Again, the authors don’t make a case for the value of relationships by considering economic factors alone. But, as we must keep reminding ourselves, “value” as a concept got colonized by a certain style consciousness, including what we could call economic thought. Thus the value of relationships almost inevitably gets discussed in relation to income. That’s not even possible in some cultures.
But this still doesn’t fully get us to the problem with the Harvard study. Waldinger and Schulz come closest to the key finding that seems functionally absent, ignored, or misunderstood when they write, “Relationships are not just essential as stepping-stones to other things, and they are not simply a functional route to health and happiness. They are ends in themselves.”
This gets us close, but ultimately fails in many ways. Here’s how we could better put the finding of the Harvard study:
This study didn’t verify the importance of “relationships” as a kind of “thing” we can think of as either a stepping-stone or an end in itself; rather, this study verified that life is fully and completely relational, and that we are not so much human “beings” as dynamic patterns of relationality—flowing patterns of awareness. The whole Cosmos is relationality all the way down—sacred, wondrous, inconceivable, and, quite frankly, magical relationality.
The authors themselves fall into the error of talking about “relationships” as if they are things we can collect. Even to speak of “cultivating relationships” misses the mark.

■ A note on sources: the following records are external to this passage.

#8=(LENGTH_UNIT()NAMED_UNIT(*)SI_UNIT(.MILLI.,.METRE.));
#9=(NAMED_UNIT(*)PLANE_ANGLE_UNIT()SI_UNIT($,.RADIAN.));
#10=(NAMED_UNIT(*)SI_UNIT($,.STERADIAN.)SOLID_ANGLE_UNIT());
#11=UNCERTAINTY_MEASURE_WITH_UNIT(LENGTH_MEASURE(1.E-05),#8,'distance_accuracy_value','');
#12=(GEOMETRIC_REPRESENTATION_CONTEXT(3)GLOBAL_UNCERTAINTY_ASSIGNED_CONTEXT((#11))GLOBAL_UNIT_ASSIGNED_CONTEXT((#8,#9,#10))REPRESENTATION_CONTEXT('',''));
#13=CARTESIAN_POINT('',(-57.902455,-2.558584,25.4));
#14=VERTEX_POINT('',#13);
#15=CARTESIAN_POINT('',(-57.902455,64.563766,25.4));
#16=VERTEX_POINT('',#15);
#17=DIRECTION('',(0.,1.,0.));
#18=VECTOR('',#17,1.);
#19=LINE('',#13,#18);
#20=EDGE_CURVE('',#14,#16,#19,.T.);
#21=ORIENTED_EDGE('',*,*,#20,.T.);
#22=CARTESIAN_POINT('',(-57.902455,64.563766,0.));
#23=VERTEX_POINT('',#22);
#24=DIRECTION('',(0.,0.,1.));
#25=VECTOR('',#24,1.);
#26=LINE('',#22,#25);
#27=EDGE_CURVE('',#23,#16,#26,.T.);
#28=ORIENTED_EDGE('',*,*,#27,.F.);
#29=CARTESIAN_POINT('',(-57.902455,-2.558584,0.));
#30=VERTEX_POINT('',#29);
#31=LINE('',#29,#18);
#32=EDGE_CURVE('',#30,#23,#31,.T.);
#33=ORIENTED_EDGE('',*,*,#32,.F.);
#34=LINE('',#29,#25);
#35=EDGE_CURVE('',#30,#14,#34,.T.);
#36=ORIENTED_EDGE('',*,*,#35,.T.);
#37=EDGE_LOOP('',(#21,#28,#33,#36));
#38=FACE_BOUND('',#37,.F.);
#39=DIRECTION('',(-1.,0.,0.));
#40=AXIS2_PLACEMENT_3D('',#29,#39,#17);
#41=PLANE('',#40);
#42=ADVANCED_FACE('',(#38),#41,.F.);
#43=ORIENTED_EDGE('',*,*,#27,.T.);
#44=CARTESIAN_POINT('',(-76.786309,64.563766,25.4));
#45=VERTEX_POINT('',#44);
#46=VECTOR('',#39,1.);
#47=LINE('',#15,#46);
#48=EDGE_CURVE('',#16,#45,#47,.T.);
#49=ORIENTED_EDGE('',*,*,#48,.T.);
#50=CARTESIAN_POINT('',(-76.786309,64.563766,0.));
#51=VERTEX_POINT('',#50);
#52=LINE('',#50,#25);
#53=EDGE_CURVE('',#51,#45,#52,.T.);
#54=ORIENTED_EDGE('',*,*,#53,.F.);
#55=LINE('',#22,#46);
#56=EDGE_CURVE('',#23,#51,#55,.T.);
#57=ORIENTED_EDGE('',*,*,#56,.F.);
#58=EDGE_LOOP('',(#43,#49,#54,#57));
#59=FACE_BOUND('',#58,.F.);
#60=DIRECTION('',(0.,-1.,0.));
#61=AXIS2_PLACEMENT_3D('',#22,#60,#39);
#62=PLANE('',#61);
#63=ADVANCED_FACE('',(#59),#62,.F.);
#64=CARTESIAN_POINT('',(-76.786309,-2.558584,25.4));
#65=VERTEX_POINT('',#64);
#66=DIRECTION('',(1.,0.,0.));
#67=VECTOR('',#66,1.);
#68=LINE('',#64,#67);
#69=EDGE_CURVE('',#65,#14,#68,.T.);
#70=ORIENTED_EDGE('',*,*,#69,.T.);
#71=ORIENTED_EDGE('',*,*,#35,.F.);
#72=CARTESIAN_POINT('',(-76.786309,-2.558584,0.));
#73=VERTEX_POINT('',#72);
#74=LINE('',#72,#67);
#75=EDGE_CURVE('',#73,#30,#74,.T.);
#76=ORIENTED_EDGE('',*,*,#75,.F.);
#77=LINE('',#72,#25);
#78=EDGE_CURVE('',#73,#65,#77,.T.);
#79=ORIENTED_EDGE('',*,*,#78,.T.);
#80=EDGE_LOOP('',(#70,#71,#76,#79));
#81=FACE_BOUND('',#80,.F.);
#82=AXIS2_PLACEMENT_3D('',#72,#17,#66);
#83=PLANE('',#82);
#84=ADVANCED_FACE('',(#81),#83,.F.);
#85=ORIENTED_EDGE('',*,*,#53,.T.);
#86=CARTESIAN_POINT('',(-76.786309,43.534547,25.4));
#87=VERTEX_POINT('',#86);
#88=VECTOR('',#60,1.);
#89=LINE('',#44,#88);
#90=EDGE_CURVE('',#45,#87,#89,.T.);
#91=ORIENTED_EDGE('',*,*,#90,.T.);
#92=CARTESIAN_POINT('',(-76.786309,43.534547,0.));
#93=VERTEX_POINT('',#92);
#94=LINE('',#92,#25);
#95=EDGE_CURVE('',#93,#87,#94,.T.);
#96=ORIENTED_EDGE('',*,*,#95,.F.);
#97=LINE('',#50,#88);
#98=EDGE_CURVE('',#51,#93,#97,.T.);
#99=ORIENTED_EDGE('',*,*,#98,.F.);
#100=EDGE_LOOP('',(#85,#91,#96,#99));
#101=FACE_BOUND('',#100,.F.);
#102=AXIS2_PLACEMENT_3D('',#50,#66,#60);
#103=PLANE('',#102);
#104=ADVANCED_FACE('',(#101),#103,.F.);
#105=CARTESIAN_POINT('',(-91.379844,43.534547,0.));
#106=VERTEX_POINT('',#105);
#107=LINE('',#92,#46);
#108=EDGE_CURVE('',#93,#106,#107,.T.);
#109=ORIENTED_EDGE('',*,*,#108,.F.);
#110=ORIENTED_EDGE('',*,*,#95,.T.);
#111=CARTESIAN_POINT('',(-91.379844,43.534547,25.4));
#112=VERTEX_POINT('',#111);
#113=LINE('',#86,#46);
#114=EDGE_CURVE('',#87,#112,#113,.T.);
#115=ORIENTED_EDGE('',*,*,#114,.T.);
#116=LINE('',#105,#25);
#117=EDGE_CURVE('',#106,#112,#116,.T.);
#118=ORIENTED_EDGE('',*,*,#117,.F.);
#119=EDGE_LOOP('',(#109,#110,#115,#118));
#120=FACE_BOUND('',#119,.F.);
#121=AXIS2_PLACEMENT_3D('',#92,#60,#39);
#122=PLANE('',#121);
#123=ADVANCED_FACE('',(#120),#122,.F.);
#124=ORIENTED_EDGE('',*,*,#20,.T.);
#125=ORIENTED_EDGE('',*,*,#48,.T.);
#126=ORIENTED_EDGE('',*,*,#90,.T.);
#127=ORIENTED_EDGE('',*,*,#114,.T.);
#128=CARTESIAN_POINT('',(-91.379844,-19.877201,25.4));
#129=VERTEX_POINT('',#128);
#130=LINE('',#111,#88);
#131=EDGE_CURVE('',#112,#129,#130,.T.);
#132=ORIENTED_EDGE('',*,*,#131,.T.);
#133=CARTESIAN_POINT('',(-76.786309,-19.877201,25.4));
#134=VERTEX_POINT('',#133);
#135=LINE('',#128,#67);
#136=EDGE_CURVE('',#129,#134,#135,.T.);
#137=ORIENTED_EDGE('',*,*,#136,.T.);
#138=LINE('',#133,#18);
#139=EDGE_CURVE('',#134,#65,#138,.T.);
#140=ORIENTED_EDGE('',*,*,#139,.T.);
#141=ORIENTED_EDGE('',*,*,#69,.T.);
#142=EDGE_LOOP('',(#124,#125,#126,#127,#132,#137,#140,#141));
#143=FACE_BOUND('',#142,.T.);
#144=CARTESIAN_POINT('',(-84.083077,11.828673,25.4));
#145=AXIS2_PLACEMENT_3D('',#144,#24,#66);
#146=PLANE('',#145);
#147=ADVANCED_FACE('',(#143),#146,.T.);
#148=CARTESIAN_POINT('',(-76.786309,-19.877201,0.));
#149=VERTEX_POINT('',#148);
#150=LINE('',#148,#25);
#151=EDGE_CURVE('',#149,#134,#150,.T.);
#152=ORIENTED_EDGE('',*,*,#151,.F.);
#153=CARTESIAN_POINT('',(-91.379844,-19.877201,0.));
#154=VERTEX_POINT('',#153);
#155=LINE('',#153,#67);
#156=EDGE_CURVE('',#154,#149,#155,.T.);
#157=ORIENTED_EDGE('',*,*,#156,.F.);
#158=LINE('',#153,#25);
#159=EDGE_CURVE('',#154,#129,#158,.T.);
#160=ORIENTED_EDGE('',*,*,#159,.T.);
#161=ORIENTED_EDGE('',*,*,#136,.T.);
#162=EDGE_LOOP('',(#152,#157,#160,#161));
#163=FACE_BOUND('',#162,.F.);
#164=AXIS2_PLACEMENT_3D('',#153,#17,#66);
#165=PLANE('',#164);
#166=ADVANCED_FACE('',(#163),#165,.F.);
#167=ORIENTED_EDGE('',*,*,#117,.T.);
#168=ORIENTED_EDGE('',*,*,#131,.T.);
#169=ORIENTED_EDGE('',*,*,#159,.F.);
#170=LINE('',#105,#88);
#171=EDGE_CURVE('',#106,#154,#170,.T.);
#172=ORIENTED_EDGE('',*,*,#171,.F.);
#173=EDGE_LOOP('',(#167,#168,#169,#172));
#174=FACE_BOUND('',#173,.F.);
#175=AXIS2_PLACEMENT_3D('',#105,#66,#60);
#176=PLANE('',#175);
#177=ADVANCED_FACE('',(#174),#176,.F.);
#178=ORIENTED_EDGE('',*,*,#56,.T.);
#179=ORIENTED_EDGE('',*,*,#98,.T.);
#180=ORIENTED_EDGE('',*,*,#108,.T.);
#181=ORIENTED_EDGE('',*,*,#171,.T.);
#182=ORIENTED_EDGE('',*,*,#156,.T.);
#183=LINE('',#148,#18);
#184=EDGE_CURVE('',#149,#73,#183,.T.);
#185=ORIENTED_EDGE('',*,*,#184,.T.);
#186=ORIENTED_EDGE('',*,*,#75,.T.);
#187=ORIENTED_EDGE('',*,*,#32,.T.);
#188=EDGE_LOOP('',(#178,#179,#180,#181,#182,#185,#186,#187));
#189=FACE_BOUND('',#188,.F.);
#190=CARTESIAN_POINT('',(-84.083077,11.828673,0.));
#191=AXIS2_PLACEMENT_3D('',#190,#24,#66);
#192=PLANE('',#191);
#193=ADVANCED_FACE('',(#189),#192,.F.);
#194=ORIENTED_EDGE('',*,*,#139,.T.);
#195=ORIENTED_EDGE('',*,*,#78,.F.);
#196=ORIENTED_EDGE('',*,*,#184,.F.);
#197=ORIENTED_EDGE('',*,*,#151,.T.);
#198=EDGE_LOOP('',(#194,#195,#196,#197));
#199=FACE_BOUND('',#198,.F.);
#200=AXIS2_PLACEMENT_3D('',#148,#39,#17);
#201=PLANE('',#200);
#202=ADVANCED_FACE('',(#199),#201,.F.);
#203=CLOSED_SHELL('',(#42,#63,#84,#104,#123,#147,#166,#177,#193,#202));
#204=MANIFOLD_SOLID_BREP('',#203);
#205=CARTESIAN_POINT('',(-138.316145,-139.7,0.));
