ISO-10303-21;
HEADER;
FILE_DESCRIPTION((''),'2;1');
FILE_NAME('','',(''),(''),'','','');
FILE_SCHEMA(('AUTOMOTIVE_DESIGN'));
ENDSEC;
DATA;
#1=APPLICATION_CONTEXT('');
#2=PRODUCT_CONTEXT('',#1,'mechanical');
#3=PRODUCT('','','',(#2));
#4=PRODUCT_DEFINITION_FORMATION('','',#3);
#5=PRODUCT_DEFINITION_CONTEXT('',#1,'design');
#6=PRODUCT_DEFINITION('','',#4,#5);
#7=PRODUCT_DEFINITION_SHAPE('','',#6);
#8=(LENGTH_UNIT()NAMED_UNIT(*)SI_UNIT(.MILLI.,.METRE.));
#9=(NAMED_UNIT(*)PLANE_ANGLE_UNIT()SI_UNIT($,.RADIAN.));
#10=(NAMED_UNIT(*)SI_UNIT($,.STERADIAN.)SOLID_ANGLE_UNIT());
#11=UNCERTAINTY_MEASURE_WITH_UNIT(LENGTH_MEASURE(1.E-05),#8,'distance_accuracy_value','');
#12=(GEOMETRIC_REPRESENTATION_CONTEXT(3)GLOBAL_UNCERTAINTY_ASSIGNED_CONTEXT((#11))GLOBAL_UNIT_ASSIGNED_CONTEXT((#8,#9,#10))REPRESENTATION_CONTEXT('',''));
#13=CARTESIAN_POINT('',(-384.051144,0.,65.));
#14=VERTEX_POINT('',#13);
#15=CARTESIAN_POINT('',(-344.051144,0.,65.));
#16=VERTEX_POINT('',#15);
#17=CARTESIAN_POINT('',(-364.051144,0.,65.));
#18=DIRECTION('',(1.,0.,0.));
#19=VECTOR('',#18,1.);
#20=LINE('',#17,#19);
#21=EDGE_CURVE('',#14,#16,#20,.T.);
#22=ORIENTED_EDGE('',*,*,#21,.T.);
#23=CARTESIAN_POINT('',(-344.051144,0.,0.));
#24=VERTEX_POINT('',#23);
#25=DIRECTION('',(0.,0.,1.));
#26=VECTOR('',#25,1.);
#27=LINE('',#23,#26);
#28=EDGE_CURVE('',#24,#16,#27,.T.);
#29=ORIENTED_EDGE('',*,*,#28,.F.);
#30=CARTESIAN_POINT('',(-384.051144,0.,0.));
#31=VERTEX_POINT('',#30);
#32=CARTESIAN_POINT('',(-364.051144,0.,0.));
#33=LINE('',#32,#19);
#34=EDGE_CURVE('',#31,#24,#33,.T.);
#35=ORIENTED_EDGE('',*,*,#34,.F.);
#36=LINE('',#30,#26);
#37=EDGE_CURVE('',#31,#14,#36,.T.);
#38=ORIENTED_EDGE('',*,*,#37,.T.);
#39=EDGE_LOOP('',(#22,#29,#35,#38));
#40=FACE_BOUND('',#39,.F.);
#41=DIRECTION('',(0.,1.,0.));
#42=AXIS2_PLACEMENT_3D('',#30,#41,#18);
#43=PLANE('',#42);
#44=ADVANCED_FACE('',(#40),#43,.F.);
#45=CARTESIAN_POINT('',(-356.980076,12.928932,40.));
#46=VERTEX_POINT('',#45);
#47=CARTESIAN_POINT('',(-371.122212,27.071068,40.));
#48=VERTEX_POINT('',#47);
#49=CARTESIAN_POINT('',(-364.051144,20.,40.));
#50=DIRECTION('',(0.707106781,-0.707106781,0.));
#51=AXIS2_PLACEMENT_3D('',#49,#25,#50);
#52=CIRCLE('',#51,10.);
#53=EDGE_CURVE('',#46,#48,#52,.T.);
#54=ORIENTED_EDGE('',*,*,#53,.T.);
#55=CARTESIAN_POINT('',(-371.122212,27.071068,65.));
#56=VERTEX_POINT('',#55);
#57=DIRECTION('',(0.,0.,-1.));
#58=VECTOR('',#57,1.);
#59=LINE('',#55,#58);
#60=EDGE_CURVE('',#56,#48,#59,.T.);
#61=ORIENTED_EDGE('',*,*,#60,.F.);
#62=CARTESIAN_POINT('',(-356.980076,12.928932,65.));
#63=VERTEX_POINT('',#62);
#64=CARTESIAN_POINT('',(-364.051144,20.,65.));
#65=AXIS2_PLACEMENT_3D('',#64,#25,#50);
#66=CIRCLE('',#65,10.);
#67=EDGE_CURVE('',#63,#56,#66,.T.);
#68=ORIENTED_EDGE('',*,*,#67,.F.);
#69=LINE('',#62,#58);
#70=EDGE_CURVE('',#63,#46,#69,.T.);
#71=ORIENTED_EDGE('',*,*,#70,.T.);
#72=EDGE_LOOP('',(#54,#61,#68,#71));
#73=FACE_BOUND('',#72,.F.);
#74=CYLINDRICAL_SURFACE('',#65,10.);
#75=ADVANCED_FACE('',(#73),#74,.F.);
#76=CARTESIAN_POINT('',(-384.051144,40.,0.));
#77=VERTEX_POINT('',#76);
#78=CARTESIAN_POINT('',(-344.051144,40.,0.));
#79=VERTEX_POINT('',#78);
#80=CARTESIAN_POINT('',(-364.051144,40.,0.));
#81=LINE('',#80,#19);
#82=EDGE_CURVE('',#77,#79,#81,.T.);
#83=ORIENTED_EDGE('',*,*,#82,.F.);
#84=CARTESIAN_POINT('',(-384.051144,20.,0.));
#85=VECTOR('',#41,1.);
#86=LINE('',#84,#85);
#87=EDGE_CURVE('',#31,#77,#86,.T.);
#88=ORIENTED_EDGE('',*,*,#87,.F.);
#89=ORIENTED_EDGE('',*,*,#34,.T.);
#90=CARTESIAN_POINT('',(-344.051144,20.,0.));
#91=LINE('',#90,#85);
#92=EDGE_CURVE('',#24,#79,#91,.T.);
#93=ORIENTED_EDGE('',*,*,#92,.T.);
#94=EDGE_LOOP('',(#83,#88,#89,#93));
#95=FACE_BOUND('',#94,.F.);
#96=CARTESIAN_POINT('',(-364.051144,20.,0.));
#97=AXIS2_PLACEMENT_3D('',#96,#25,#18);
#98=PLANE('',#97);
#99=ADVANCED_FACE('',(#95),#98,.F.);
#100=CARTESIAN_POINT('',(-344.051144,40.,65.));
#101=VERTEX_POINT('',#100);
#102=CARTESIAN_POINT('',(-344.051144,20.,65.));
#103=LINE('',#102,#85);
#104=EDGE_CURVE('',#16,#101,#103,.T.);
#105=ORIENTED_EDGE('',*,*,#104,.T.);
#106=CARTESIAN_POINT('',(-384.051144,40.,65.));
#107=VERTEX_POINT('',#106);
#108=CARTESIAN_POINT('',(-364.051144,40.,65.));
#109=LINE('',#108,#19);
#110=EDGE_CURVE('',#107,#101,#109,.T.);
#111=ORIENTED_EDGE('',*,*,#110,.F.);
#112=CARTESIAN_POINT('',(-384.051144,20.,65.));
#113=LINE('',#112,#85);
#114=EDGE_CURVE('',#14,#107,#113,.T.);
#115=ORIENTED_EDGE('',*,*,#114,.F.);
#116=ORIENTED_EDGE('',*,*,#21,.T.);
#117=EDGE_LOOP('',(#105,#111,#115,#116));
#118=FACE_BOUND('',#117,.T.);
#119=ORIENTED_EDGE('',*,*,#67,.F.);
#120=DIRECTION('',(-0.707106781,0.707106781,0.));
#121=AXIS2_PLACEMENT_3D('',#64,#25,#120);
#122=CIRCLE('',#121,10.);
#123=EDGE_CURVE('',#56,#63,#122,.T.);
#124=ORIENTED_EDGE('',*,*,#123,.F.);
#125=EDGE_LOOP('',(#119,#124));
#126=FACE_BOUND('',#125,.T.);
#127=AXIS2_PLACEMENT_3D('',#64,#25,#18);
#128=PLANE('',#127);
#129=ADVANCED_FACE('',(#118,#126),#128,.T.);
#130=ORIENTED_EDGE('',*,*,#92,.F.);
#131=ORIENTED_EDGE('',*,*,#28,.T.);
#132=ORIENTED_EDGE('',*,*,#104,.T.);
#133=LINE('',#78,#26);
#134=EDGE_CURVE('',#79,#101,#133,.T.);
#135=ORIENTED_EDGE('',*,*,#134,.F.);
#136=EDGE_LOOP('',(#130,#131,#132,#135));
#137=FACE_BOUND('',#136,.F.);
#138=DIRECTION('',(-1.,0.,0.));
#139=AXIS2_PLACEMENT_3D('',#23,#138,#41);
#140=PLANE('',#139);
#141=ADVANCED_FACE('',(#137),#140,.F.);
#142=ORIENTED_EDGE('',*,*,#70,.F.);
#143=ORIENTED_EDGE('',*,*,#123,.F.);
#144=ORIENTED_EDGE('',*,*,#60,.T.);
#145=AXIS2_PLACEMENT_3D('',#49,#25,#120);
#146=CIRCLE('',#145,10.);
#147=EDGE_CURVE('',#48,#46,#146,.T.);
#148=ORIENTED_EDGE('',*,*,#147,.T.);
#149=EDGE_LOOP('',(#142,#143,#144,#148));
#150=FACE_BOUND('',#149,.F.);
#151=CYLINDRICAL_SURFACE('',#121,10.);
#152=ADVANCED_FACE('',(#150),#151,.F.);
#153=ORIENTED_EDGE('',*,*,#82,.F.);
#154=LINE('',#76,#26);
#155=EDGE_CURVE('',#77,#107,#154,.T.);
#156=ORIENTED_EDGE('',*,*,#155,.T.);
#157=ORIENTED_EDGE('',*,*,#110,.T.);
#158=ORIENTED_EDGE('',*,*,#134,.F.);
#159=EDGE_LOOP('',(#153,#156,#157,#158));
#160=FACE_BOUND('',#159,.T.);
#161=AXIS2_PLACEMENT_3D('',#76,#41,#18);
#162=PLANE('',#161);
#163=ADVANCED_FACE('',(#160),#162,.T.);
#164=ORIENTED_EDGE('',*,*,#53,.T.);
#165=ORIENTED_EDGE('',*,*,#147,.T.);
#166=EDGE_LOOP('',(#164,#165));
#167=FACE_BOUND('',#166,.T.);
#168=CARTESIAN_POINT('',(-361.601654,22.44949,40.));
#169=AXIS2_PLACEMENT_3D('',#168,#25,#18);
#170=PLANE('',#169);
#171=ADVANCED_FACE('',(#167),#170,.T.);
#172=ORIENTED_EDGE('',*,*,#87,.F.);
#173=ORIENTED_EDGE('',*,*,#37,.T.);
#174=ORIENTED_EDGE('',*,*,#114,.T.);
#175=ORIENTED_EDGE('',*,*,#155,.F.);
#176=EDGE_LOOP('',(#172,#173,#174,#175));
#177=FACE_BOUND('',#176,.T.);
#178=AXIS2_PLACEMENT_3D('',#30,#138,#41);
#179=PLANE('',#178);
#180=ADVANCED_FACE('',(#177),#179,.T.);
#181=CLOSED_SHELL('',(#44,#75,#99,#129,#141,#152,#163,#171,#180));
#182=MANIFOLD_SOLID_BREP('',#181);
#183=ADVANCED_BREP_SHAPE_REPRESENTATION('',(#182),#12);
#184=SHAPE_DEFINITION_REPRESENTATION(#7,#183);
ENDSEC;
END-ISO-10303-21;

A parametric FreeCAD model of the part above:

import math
import FreeCAD as App
import Part
import Sketcher

V = App.Vector

doc = App.newDocument("Part")
body = doc.addObject("PartDesign::Body", "Body")

# Sketch on XY plane
sketch1 = doc.addObject("Sketcher::SketchObject", "Sketch")
body.addObject(sketch1)
sketch1.AttachmentSupport = (doc.XY_Plane, [""])
sketch1.MapMode = "FlatFace"
sketch1.addGeometry([
    Part.LineSegment(V(-384, 40, 0), V(-384, 0, 0)),
    Part.LineSegment(V(-384, 0, 0), V(-344, 0, 0)),
    Part.LineSegment(V(-344, 0, 0), V(-344, 40, 0)),
    Part.LineSegment(V(-344, 40, 0), V(-384, 40, 0)),
], False)
sketch1.addConstraint([
    Sketcher.Constraint("Coincident", 0, 2, 1, 1),
    Sketcher.Constraint("Coincident", 1, 2, 2, 1),
    Sketcher.Constraint("Coincident", 2, 2, 3, 1),
    Sketcher.Constraint("Coincident", 3, 2, 0, 1),
    Sketcher.Constraint("Vertical", 0),
    Sketcher.Constraint("Horizontal", 1),
    Sketcher.Constraint("Vertical", 2),
    Sketcher.Constraint("Horizontal", 3),
    Sketcher.Constraint("PointOnObject", 0, 2, -1),
    Sketcher.Constraint("Equal", 3, 0),
    Sketcher.Constraint("DistanceX", 1, 1, 1, 2, 40.0),
    Sketcher.Constraint("DistanceX", 0, 2, -1, 1, 384.051144),
])
pad1 = doc.addObject("PartDesign::Pad", "Pad")
body.addObject(pad1)
pad1.Profile = sketch1
pad1.Length = 65

# Sketch on XY plane
sketch2 = doc.addObject("Sketcher::SketchObject", "Sketch001")
body.addObject(sketch2)
sketch2.AttachmentSupport = (doc.XY_Plane, [""])
sketch2.MapMode = "FlatFace"
sketch2.AttachmentOffset = App.Placement(V(0, 0, 65), App.Rotation())
sketch2.addGeometry([
    Part.ArcOfCircle(Part.Circle(V(-364, 20, 0), V(0, 0, 1), 10), math.radians(-45), math.radians(135)),
    Part.ArcOfCircle(Part.Circle(V(-364, 20, 0), V(0, 0, 1), 10), math.radians(135), math.radians(315)),
], False)
sketch2.addConstraint([
    Sketcher.Constraint("Tangent", 0, 1, 1, 2),
    Sketcher.Constraint("Coincident", 1, 1, 0, 2),
    Sketcher.Constraint("Radius", 0, 10.0),
    Sketcher.Constraint("DistanceY", -1, 1, 0, 3, 20.0),
    Sketcher.Constraint("DistanceX", 1, 1, -1, 1, 371.122212),
    Sketcher.Constraint("DistanceX", 0, 3, -1, 1, 364.051144),
    Sketcher.Constraint("DistanceX", 0, 1, -1, 1, 356.980076),
])
pocket1 = doc.addObject("PartDesign::Pocket", "Pocket")
body.addObject(pocket1)
pocket1.Profile = sketch2
pocket1.Length = 25

doc.recompute()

Consider that the authors write, “Achievement is most meaningful when it is relational” (their emphasis). The wisdom traditions often teach that, when it comes to wisdom, if we miss by a hair’s breadth, we miss by a mile: There is no nonrelational achievement, and no nonrelational meaning.
If we understood the Harvard study as revealing the inescapability of relationality, we could carry the findings much further, using them to inspire us to create a truly healthy society. And what we find in this study seems to have a lot to do with our failure to thoroughly understand relationality. Unfortunately, that ignorance spills over into all of the media coverage, and it continues to obscure the real lessons we need to learn.
We can put some of those lessons in a separate essay. Because these lessons would come as a paradigm shift, we can’t even make sense of all of them. Worse yet, our reason and our emotion can take offense at such lessons. They can arrive in such a way that they first provoke a great deal of defensiveness and reactivity—even scorn and various forms of aggression.
For now, it’s just important to recognize that we need to change the headlines about this study, and begin to reflect more critically about its meaning and implications.